Retype, without any change, the first line of the records and every line after it through the one containing "#41=DIRECTION('',(0.,-1.,0.));".

> Collected data:
§ §
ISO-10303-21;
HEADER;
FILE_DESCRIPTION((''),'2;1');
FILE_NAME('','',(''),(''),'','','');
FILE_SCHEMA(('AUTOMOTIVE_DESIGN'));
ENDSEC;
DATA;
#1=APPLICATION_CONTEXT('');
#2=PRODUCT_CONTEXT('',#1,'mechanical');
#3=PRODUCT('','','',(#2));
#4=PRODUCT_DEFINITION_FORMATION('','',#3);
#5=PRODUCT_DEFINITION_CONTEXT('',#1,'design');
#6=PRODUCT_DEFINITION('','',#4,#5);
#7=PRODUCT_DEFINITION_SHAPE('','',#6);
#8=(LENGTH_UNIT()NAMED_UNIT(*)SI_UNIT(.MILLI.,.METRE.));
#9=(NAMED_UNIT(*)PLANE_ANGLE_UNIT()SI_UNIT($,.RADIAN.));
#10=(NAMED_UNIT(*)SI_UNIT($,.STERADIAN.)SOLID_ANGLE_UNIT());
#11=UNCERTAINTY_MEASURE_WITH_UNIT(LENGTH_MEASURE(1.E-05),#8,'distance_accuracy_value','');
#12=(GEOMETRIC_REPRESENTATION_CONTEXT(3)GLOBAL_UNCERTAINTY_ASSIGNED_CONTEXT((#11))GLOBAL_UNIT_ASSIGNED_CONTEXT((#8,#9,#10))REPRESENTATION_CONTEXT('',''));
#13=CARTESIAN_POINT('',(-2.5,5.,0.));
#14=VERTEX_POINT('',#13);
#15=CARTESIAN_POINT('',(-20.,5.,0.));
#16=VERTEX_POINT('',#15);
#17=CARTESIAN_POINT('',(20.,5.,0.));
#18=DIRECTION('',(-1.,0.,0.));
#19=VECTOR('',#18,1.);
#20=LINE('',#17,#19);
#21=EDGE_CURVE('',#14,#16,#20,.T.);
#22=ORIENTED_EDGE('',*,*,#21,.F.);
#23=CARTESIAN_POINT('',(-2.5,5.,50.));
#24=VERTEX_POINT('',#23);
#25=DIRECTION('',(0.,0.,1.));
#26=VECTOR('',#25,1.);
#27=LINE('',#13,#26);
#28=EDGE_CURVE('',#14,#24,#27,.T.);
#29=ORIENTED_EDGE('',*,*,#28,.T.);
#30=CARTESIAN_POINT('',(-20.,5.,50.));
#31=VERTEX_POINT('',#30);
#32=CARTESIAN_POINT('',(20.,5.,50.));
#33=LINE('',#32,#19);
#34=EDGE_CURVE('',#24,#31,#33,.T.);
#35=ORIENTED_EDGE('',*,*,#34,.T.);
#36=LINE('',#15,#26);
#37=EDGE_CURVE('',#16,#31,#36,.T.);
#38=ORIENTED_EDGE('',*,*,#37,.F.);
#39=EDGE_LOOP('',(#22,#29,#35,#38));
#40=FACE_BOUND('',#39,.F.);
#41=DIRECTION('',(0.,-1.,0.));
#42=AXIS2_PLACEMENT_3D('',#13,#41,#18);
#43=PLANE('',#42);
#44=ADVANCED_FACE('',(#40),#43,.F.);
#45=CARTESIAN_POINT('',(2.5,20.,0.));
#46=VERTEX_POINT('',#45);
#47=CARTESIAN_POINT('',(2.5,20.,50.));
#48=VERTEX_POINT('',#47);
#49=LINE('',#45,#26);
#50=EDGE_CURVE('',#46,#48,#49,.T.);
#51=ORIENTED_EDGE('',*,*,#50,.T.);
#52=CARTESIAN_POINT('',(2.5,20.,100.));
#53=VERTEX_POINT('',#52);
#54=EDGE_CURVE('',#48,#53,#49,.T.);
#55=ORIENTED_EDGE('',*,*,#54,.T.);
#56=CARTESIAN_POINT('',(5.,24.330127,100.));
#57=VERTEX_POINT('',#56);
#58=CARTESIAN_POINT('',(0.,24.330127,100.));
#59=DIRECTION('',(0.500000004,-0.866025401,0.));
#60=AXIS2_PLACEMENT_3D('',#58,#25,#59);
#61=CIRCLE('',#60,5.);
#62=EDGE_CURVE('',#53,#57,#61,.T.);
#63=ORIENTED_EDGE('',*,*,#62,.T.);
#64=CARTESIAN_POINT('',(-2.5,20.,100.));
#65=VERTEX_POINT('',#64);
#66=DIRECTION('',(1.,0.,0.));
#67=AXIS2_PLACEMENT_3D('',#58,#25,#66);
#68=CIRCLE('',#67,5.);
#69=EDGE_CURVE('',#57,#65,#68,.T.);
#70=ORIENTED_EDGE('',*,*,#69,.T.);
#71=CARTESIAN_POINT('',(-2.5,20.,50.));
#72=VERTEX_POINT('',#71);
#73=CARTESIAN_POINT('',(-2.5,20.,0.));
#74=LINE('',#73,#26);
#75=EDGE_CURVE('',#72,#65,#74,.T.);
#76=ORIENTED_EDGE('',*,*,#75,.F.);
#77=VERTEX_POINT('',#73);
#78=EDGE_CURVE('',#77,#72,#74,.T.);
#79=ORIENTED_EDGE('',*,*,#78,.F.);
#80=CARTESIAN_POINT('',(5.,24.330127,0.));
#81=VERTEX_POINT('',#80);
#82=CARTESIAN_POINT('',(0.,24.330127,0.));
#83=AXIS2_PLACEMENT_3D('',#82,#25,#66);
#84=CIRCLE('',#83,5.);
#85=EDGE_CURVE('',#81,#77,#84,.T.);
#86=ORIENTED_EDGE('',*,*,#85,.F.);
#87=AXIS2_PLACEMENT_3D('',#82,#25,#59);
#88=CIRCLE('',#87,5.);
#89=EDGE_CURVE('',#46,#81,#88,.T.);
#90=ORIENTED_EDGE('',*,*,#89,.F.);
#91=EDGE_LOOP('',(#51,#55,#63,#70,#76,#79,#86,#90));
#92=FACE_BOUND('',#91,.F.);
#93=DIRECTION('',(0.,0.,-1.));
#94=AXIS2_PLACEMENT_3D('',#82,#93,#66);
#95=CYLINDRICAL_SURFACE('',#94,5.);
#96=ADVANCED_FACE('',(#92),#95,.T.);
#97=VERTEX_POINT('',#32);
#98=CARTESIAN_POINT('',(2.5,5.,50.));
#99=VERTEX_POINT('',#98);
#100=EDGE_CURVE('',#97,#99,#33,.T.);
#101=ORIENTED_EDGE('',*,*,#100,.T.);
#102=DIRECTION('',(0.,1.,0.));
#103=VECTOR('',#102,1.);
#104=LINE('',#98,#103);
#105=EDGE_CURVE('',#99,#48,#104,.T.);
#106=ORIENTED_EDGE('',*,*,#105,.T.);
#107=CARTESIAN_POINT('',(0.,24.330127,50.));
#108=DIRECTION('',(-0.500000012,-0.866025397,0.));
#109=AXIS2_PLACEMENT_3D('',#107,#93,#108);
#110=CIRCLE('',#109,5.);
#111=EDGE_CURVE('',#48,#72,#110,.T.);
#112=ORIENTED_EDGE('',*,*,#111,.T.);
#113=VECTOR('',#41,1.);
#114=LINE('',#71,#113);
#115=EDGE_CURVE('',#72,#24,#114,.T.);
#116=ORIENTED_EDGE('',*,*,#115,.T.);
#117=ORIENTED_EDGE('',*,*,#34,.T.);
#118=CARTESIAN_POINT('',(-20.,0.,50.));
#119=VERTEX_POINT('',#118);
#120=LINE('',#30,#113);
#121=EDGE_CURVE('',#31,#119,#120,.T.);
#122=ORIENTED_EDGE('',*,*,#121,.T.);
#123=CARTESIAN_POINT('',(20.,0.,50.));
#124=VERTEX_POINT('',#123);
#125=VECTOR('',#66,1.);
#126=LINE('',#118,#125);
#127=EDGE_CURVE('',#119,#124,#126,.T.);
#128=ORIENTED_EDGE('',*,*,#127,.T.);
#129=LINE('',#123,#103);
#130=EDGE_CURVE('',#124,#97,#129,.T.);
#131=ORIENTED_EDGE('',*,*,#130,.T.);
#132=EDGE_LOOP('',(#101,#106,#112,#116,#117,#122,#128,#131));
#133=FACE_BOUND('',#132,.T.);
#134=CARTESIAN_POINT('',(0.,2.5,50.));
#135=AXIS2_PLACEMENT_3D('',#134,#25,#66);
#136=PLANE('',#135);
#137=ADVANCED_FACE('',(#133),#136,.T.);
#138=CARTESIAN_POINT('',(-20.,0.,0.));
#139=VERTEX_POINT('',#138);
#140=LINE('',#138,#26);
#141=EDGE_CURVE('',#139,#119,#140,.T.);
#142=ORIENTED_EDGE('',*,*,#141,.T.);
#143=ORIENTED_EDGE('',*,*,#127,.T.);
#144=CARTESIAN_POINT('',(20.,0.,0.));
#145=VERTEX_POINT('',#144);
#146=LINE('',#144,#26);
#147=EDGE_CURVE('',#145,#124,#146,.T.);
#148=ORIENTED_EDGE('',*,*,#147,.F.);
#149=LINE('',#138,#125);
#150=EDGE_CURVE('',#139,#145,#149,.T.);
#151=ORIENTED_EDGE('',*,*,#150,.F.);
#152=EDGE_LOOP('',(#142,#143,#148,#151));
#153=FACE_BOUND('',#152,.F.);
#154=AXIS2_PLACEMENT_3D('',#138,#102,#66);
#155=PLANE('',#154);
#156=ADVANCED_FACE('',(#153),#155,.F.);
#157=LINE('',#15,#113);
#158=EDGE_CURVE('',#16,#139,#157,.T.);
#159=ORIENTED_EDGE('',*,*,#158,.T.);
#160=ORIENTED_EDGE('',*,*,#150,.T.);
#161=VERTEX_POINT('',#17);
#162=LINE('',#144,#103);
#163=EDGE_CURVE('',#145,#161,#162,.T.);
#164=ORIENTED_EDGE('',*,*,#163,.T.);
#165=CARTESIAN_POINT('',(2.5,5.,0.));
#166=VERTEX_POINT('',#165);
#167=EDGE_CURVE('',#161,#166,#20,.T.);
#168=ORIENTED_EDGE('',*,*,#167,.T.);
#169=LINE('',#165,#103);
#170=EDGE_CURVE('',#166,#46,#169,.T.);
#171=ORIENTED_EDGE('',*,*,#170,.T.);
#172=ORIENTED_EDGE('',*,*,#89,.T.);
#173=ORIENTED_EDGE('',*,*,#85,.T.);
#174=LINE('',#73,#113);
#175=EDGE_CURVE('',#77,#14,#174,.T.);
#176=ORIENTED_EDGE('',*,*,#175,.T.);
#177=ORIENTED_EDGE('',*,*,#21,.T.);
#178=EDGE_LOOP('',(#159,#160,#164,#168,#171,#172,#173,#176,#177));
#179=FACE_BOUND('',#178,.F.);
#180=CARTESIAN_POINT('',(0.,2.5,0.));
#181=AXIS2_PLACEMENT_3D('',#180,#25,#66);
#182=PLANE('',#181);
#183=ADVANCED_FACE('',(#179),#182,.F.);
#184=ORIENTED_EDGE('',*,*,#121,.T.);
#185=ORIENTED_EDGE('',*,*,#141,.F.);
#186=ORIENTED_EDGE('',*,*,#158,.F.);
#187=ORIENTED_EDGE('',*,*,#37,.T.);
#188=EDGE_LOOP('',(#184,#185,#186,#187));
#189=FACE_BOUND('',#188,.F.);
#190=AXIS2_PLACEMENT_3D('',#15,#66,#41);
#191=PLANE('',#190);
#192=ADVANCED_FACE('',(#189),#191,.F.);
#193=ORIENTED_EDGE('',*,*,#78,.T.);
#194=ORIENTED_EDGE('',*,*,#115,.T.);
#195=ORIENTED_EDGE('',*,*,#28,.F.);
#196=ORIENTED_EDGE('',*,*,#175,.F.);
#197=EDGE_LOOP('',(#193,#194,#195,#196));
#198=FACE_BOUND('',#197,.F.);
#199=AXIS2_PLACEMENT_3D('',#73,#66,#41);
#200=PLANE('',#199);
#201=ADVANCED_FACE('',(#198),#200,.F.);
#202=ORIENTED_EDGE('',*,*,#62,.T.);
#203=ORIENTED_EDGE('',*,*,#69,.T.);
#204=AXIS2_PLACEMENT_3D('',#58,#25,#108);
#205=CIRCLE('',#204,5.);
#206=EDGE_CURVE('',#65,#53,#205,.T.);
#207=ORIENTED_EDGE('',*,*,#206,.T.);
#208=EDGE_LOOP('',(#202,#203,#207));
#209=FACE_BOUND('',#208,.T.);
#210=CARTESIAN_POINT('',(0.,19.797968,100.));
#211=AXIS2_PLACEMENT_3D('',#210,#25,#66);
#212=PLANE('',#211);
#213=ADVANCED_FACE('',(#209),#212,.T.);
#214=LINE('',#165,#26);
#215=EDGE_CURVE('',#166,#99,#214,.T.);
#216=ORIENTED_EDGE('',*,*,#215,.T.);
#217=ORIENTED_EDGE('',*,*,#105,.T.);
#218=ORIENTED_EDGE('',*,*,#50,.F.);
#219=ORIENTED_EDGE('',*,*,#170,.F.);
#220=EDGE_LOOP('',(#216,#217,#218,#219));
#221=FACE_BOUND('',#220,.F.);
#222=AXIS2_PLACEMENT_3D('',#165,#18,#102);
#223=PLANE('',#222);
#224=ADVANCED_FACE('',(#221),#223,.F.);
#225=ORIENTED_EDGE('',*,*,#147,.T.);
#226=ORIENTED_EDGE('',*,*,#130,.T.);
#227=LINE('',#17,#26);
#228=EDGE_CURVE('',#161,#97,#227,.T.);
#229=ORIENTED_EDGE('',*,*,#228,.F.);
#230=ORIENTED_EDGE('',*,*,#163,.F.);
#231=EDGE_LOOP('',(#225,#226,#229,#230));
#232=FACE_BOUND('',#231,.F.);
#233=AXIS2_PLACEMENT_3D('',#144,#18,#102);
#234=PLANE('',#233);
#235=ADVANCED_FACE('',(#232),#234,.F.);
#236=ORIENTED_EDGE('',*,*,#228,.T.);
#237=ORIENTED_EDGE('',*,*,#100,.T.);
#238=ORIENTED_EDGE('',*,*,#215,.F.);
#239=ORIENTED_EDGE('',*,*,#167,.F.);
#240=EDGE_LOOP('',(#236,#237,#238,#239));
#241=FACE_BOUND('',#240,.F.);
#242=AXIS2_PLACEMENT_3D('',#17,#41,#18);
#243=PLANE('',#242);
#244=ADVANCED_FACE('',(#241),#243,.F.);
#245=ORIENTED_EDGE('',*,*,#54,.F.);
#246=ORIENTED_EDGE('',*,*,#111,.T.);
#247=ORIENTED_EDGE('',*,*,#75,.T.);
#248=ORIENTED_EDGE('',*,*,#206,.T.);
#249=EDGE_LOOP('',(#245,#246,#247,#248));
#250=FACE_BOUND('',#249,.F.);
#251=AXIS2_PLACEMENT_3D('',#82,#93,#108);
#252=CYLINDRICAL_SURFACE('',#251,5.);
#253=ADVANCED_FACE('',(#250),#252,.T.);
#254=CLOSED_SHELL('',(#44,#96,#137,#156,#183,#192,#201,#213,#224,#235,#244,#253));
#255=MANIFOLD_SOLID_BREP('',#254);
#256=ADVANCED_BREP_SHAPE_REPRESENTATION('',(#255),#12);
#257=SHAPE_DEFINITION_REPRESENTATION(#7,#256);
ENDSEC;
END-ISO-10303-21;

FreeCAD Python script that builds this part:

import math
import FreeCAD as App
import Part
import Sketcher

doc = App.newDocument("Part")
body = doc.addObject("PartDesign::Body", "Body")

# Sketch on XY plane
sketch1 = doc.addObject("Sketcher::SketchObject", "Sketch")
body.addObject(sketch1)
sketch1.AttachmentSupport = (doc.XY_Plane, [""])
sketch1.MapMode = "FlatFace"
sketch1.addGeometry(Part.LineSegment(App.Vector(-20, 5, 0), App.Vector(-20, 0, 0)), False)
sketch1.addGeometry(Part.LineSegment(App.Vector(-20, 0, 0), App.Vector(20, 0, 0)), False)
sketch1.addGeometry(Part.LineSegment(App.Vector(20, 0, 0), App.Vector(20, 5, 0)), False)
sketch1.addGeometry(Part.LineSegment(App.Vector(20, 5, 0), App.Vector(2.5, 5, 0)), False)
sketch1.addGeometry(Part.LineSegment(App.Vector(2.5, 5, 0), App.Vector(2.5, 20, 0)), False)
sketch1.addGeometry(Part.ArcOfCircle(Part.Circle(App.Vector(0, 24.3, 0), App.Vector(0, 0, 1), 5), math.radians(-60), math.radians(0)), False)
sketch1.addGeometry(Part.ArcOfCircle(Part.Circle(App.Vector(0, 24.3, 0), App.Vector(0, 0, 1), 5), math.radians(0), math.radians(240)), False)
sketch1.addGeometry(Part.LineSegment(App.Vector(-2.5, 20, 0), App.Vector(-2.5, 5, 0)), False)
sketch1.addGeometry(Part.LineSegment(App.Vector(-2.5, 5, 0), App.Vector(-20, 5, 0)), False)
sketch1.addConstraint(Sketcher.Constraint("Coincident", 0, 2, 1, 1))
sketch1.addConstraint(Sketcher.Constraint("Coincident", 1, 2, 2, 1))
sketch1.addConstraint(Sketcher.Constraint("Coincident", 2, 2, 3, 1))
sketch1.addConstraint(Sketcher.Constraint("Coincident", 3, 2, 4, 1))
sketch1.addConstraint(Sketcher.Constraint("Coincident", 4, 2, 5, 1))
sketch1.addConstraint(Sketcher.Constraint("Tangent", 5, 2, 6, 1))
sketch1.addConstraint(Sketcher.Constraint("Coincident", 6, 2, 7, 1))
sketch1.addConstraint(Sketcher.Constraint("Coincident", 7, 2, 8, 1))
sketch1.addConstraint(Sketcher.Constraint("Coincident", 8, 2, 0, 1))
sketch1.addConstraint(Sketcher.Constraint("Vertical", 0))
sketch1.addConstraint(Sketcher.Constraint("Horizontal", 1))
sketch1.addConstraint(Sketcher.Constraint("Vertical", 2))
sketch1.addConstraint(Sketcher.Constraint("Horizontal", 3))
§ §
> Problem solution:
ISO-10303-21;
HEADER;
FILE_DESCRIPTION((''),'2;1');
FILE_NAME('','',(''),(''),'','','');
FILE_SCHEMA(('AUTOMOTIVE_DESIGN'));
ENDSEC;
DATA;
#1=APPLICATION_CONTEXT('');
#2=PRODUCT_CONTEXT('',#1,'mechanical');
#3=PRODUCT('','','',(#2));
#4=PRODUCT_DEFINITION_FORMATION('','',#3);
#5=PRODUCT_DEFINITION_CONTEXT('',#1,'design');
#6=PRODUCT_DEFINITION('','',#4,#5);
#7=PRODUCT_DEFINITION_SHAPE('','',#6);
#8=(LENGTH_UNIT()NAMED_UNIT(*)SI_UNIT(.MILLI.,.METRE.));
#9=(NAMED_UNIT(*)PLANE_ANGLE_UNIT()SI_UNIT($,.RADIAN.));
#10=(NAMED_UNIT(*)SI_UNIT($,.STERADIAN.)SOLID_ANGLE_UNIT());
#11=UNCERTAINTY_MEASURE_WITH_UNIT(LENGTH_MEASURE(1.E-05),#8,'distance_accuracy_value','');
#12=(GEOMETRIC_REPRESENTATION_CONTEXT(3)GLOBAL_UNCERTAINTY_ASSIGNED_CONTEXT((#11))GLOBAL_UNIT_ASSIGNED_CONTEXT((#8,#9,#10))REPRESENTATION_CONTEXT('',''));
#13=CARTESIAN_POINT('',(-2.5,5.,0.));
#14=VERTEX_POINT('',#13);
#15=CARTESIAN_POINT('',(-20.,5.,0.));
#16=VERTEX_POINT('',#15);
#17=CARTESIAN_POINT('',(20.,5.,0.));
#18=DIRECTION('',(-1.,0.,0.));
#19=VECTOR('',#18,1.);
#20=LINE('',#17,#19);
#21=EDGE_CURVE('',#14,#16,#20,.T.);
#22=ORIENTED_EDGE('',*,*,#21,.F.);
#23=CARTESIAN_POINT('',(-2.5,5.,50.));
#24=VERTEX_POINT('',#23);
#25=DIRECTION('',(0.,0.,1.));
#26=VECTOR('',#25,1.);
#27=LINE('',#13,#26);
#28=EDGE_CURVE('',#14,#24,#27,.T.);
#29=ORIENTED_EDGE('',*,*,#28,.T.);
#30=CARTESIAN_POINT('',(-20.,5.,50.));
#31=VERTEX_POINT('',#30);
#32=CARTESIAN_POINT('',(20.,5.,50.));
#33=LINE('',#32,#19);
#34=EDGE_CURVE('',#24,#31,#33,.T.);
#35=ORIENTED_EDGE('',*,*,#34,.T.);
#36=LINE('',#15,#26);
#37=EDGE_CURVE('',#16,#31,#36,.T.);
#38=ORIENTED_EDGE('',*,*,#37,.F.);
#39=EDGE_LOOP('',(#22,#29,#35,#38));
#40=FACE_BOUND('',#39,.F.);
#41=DIRECTION('',(0.,-1.,0.));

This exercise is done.